▸ **Task input**:
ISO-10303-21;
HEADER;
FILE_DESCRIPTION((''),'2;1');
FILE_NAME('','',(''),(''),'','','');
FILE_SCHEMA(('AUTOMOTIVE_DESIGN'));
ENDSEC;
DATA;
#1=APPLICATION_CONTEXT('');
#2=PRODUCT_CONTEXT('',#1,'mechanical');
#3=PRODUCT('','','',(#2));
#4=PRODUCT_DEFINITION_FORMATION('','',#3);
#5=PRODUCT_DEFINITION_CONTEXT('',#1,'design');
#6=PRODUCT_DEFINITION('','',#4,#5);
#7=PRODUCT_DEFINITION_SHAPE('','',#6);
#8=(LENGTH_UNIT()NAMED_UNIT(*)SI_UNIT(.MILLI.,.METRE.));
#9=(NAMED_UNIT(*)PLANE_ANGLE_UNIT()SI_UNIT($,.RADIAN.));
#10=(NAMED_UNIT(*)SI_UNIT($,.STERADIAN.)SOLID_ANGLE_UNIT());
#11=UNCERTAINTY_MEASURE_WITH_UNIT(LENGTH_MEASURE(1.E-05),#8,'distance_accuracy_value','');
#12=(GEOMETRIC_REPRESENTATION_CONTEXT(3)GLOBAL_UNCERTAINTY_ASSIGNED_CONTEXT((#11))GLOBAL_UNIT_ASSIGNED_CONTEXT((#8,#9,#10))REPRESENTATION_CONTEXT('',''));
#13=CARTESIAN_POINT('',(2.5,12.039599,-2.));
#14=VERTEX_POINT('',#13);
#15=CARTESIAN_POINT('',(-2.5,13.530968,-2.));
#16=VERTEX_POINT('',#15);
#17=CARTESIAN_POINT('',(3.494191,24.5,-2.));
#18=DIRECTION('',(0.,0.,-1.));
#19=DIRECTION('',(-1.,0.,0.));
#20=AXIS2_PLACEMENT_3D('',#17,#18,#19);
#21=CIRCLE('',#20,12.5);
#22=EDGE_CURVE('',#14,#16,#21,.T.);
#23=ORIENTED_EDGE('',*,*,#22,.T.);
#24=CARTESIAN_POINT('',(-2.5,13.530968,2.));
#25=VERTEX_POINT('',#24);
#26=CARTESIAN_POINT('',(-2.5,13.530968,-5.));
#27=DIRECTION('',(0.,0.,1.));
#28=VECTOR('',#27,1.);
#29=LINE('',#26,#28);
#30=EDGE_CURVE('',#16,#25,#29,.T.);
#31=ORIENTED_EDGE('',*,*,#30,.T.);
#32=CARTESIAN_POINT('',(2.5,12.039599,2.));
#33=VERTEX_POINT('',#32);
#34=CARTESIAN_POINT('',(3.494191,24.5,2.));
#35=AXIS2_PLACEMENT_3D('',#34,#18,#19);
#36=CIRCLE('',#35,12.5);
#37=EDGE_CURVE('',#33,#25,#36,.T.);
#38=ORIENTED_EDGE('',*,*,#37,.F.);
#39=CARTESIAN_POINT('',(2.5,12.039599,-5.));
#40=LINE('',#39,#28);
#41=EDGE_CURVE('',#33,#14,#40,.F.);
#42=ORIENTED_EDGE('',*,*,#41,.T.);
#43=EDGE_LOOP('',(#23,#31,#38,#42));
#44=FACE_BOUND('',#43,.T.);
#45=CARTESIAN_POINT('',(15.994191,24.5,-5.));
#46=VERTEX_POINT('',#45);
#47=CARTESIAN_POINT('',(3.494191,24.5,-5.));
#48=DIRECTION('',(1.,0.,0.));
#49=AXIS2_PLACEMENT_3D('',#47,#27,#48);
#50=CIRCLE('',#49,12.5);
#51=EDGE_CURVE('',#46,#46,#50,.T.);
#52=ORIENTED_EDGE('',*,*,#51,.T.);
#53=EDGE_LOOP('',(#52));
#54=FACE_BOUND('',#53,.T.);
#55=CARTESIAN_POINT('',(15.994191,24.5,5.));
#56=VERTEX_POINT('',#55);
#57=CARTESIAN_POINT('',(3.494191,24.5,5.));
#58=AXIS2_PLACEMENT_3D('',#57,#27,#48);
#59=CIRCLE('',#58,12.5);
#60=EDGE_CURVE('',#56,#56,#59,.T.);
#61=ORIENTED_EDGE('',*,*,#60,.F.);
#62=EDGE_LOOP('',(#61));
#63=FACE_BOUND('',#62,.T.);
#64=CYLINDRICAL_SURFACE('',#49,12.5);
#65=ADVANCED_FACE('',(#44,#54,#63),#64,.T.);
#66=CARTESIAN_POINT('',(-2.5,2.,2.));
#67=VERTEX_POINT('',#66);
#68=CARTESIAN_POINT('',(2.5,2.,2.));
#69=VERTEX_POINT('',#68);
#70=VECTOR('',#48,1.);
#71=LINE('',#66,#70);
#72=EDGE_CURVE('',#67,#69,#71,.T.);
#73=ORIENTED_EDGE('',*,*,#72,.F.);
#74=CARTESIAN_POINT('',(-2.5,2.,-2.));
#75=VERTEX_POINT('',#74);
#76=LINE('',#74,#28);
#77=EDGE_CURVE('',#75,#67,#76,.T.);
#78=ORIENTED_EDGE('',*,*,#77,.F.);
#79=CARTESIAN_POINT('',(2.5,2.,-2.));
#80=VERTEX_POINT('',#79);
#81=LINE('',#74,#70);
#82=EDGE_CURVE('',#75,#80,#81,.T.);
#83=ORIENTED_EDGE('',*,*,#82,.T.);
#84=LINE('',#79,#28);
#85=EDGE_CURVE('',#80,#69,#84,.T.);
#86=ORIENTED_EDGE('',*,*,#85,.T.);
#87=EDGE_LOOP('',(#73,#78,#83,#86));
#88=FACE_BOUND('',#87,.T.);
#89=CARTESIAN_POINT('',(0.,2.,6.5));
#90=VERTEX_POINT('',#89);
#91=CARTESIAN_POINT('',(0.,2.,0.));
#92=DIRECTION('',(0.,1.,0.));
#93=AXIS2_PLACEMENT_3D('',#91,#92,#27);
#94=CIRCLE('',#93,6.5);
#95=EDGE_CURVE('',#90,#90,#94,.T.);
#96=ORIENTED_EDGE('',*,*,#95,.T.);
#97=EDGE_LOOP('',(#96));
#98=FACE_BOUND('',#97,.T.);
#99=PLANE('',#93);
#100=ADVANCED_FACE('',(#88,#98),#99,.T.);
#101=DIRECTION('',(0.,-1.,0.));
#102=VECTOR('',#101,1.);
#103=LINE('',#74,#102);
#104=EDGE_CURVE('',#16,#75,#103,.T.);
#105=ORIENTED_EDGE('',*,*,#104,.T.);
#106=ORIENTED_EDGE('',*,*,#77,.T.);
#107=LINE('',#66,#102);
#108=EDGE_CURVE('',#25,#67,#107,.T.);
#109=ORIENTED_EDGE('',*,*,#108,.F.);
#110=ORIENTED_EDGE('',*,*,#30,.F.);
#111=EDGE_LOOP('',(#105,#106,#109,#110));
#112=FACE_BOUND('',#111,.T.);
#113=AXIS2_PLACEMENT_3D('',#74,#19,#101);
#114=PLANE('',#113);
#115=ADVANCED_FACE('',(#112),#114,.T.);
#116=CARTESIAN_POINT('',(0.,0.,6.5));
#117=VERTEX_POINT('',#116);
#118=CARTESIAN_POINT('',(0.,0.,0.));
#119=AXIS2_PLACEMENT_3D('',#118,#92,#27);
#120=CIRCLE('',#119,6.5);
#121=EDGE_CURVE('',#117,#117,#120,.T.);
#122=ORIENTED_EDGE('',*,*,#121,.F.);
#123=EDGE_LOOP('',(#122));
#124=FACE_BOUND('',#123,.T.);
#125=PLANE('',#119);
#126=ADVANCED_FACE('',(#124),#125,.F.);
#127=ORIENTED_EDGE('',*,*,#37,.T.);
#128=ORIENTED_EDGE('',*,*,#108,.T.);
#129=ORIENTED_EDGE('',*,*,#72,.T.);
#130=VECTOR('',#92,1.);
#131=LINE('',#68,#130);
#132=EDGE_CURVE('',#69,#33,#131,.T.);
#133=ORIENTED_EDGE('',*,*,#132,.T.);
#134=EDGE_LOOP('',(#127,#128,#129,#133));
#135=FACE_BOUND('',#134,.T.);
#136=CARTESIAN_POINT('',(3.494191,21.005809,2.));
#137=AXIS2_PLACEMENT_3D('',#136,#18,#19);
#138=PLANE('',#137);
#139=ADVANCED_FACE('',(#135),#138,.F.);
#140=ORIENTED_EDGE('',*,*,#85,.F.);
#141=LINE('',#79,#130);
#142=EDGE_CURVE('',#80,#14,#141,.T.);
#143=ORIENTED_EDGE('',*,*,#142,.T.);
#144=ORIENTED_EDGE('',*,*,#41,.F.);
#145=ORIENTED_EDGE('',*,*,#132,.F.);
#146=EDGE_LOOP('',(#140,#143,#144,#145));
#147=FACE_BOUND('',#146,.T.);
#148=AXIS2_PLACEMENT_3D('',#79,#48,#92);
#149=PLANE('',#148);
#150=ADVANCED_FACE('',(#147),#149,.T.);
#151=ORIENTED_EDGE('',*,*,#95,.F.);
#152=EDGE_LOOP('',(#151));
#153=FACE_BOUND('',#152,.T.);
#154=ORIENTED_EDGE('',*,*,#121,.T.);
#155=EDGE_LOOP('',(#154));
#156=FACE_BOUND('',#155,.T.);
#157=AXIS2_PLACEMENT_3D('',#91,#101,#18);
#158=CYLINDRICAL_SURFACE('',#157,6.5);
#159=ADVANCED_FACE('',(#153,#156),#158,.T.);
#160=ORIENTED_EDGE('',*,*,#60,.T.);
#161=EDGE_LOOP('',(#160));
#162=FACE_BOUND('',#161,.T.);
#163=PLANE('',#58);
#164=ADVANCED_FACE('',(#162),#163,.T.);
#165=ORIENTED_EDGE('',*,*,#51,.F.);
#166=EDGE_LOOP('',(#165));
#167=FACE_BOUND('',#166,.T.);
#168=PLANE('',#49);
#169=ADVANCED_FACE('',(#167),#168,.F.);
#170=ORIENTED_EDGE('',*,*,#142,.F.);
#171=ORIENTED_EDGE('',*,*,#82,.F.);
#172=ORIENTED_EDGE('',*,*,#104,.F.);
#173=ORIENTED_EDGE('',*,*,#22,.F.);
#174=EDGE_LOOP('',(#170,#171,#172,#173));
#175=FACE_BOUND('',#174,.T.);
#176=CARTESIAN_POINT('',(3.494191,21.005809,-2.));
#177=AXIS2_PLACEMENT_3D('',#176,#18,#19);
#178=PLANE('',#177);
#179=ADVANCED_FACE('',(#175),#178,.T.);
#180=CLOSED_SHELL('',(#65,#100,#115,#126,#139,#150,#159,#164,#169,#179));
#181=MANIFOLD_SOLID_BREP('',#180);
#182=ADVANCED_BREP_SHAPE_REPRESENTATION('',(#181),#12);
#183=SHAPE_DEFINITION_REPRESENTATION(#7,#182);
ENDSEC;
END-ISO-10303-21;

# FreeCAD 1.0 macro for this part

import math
import FreeCAD as App
import Part
import Sketcher

V = App.Vector
Q = App.Units.Quantity

doc = App.newDocument("Part")
body = doc.addObject("PartDesign::Body", "Body")

# Sketch on XZ plane
sketch1 = body.newObject("Sketcher::SketchObject", "Sketch")
sketch1.AttachmentSupport = (doc.getObject("XZ_Plane"), [""])
sketch1.MapMode = "FlatFace"
sketch1.addGeometry(Part.Circle(V(0, 0, 0), V(0, 0, 1), 6), False)
sketch1.addConstraint(Sketcher.Constraint("Coincident", 0, 3, -1, 1))
sketch1.addConstraint(Sketcher.Constraint("Diameter", 0, Q("13 mm")))
pad1 = body.newObject("PartDesign::Pad", "Pad")
pad1.Profile = sketch1
pad1.Length = 2
pad1.Reversed = True

# Sketch on XY plane
sketch2 = body.newObject("Sketcher::SketchObject", "Sketch001")
sketch2.AttachmentSupport = (doc.getObject("XY_Plane"), [""])
sketch2.MapMode = "FlatFace"
sketch2.addGeometry(Part.LineSegment(V(-2.5, 21, 0), V(-2.5, 2, 0)), False)
sketch2.addGeometry(Part.LineSegment(V(-2.5, 2, 0), V(2.5, 2, 0)), False)
sketch2.addGeometry(Part.LineSegment(V(2.5, 2, 0), V(2.5, 21, 0)), False)
sketch2.addGeometry(Part.ArcOfCircle(Part.Circle(V(3.5, 21, 0), V(0, 0, 1), 1), math.radians(90), math.radians(180)), False)
sketch2.addGeometry(Part.ArcOfCircle(Part.Circle(V(3.5, 24.5, 0), V(0, 0, 1), 2.5), math.radians(-90), math.radians(90)), False)
sketch2.addGeometry(Part.ArcOfCircle(Part.Circle(V(3.5, 21, 0), V(0, 0, 1), 6), math.radians(90), math.radians(180)), False)
sketch2.addConstraint(Sketcher.Constraint("Coincident", 0, 2, 1, 1))
sketch2.addConstraint(Sketcher.Constraint("Coincident", 1, 2, 2, 1))
sketch2.addConstraint(Sketcher.Constraint("Tangent", 2, 2, 3, 2))
sketch2.addConstraint(Sketcher.Constraint("Tangent", 3, 1, 4, 1))
sketch2.addConstraint(Sketcher.Constraint("Tangent", 4, 2, 5, 1))
sketch2.addConstraint(Sketcher.Constraint("Tangent", 5, 2, 0, 1))
sketch2.addConstraint(Sketcher.Constraint("Vertical", 0))
sketch2.addConstraint(Sketcher.Constraint("Horizontal", 1))
sketch2.addConstraint(Sketcher.Constraint("Vertical", 2))
sketch2.addConstraint(Sketcher.Constraint("Coincident", 5, 3, 3, 3))
sketch2.addConstraint(Sketcher.Constraint("Vertical", 3, 3, 4, 3))
sketch2.addConstraint(Sketcher.Constraint("Radius", 4, Q("2.5 mm")))
sketch2.addConstraint(Sketcher.Constraint("DistanceY", -1, 1, 0, 2, Q("2 mm")))
sketch2.addConstraint(Sketcher.Constraint("DistanceY", -1, 1, 3, 1, Q("22 mm")))
sketch2.addConstraint(Sketcher.Constraint("DistanceX", 0, 2, -1, 1, Q("2.5 mm")))
sketch2.addConstraint(Sketcher.Constraint("Radius", 3, Q("0.994191 mm")))
pad2 = body.newObject("PartDesign::Pad", "Pad001")
pad2.Profile = sketch2
pad2.Type = "TwoLengths"
pad2.Length = 2
pad2.Length2 = 2

# Sketch on XY plane
sketch3 = body.newObject("Sketcher::SketchObject", "Sketch002")
sketch3.AttachmentSupport = (doc.getObject("XY_Plane"), [""])
sketch3.MapMode = "FlatFace"
sketch3.addGeometry(Part.Circle(V(3, 24, 0), V(0, 0, 1), 12), False)
sketch3.addConstraint(Sketcher.Constraint("Diameter", 0, Q("25 mm")))
sketch3.addConstraint(Sketcher.Constraint("DistanceY", -1, 1, 0, 3, Q("24.5 mm")))
sketch3.addConstraint(Sketcher.Constraint("DistanceX", -1, 1, 0, 3, Q("3.494191 mm")))
pad3 = body.newObject("PartDesign::Pad", "Pad002")
pad3.Profile = sketch3
pad3.Type = "TwoLengths"
pad3.Length = 5
pad3.Length2 = 5

doc.recompute()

▸ **What to do**:
Search the listing above for the lines with "#45=CARTESIAN_POINT('',(15.994191,24.5,-5.));" and "#82=EDGE_CURVE('',#75,#80,#81,.T.);", then output those lines and all lines between them exactly.

▸ **Written answer**:
#45=CARTESIAN_POINT('',(15.994191,24.5,-5.));
#46=VERTEX_POINT('',#45);
#47=CARTESIAN_POINT('',(3.494191,24.5,-5.));
#48=DIRECTION('',(1.,0.,0.));
#49=AXIS2_PLACEMENT_3D('',#47,#27,#48);
#50=CIRCLE('',#49,12.5);
#51=EDGE_CURVE('',#46,#46,#50,.T.);
#52=ORIENTED_EDGE('',*,*,#51,.T.);
#53=EDGE_LOOP('',(#52));
#54=FACE_BOUND('',#53,.T.);
#55=CARTESIAN_POINT('',(15.994191,24.5,5.));
#56=VERTEX_POINT('',#55);
#57=CARTESIAN_POINT('',(3.494191,24.5,5.));
#58=AXIS2_PLACEMENT_3D('',#57,#27,#48);
#59=CIRCLE('',#58,12.5);
#60=EDGE_CURVE('',#56,#56,#59,.T.);
#61=ORIENTED_EDGE('',*,*,#60,.F.);
#62=EDGE_LOOP('',(#61));
#63=FACE_BOUND('',#62,.T.);
#64=CYLINDRICAL_SURFACE('',#49,12.5);
#65=ADVANCED_FACE('',(#44,#54,#63),#64,.T.);
#66=CARTESIAN_POINT('',(-2.5,2.,2.));
#67=VERTEX_POINT('',#66);
#68=CARTESIAN_POINT('',(2.5,2.,2.));
#69=VERTEX_POINT('',#68);
#70=VECTOR('',#48,1.);
#71=LINE('',#66,#70);
#72=EDGE_CURVE('',#67,#69,#71,.T.);
#73=ORIENTED_EDGE('',*,*,#72,.F.);
#74=CARTESIAN_POINT('',(-2.5,2.,-2.));
#75=VERTEX_POINT('',#74);
#76=LINE('',#74,#28);
#77=EDGE_CURVE('',#75,#67,#76,.T.);
#78=ORIENTED_EDGE('',*,*,#77,.F.);
#79=CARTESIAN_POINT('',(2.5,2.,-2.));
#80=VERTEX_POINT('',#79);
#81=LINE('',#74,#70);
#82=EDGE_CURVE('',#75,#80,#81,.T.);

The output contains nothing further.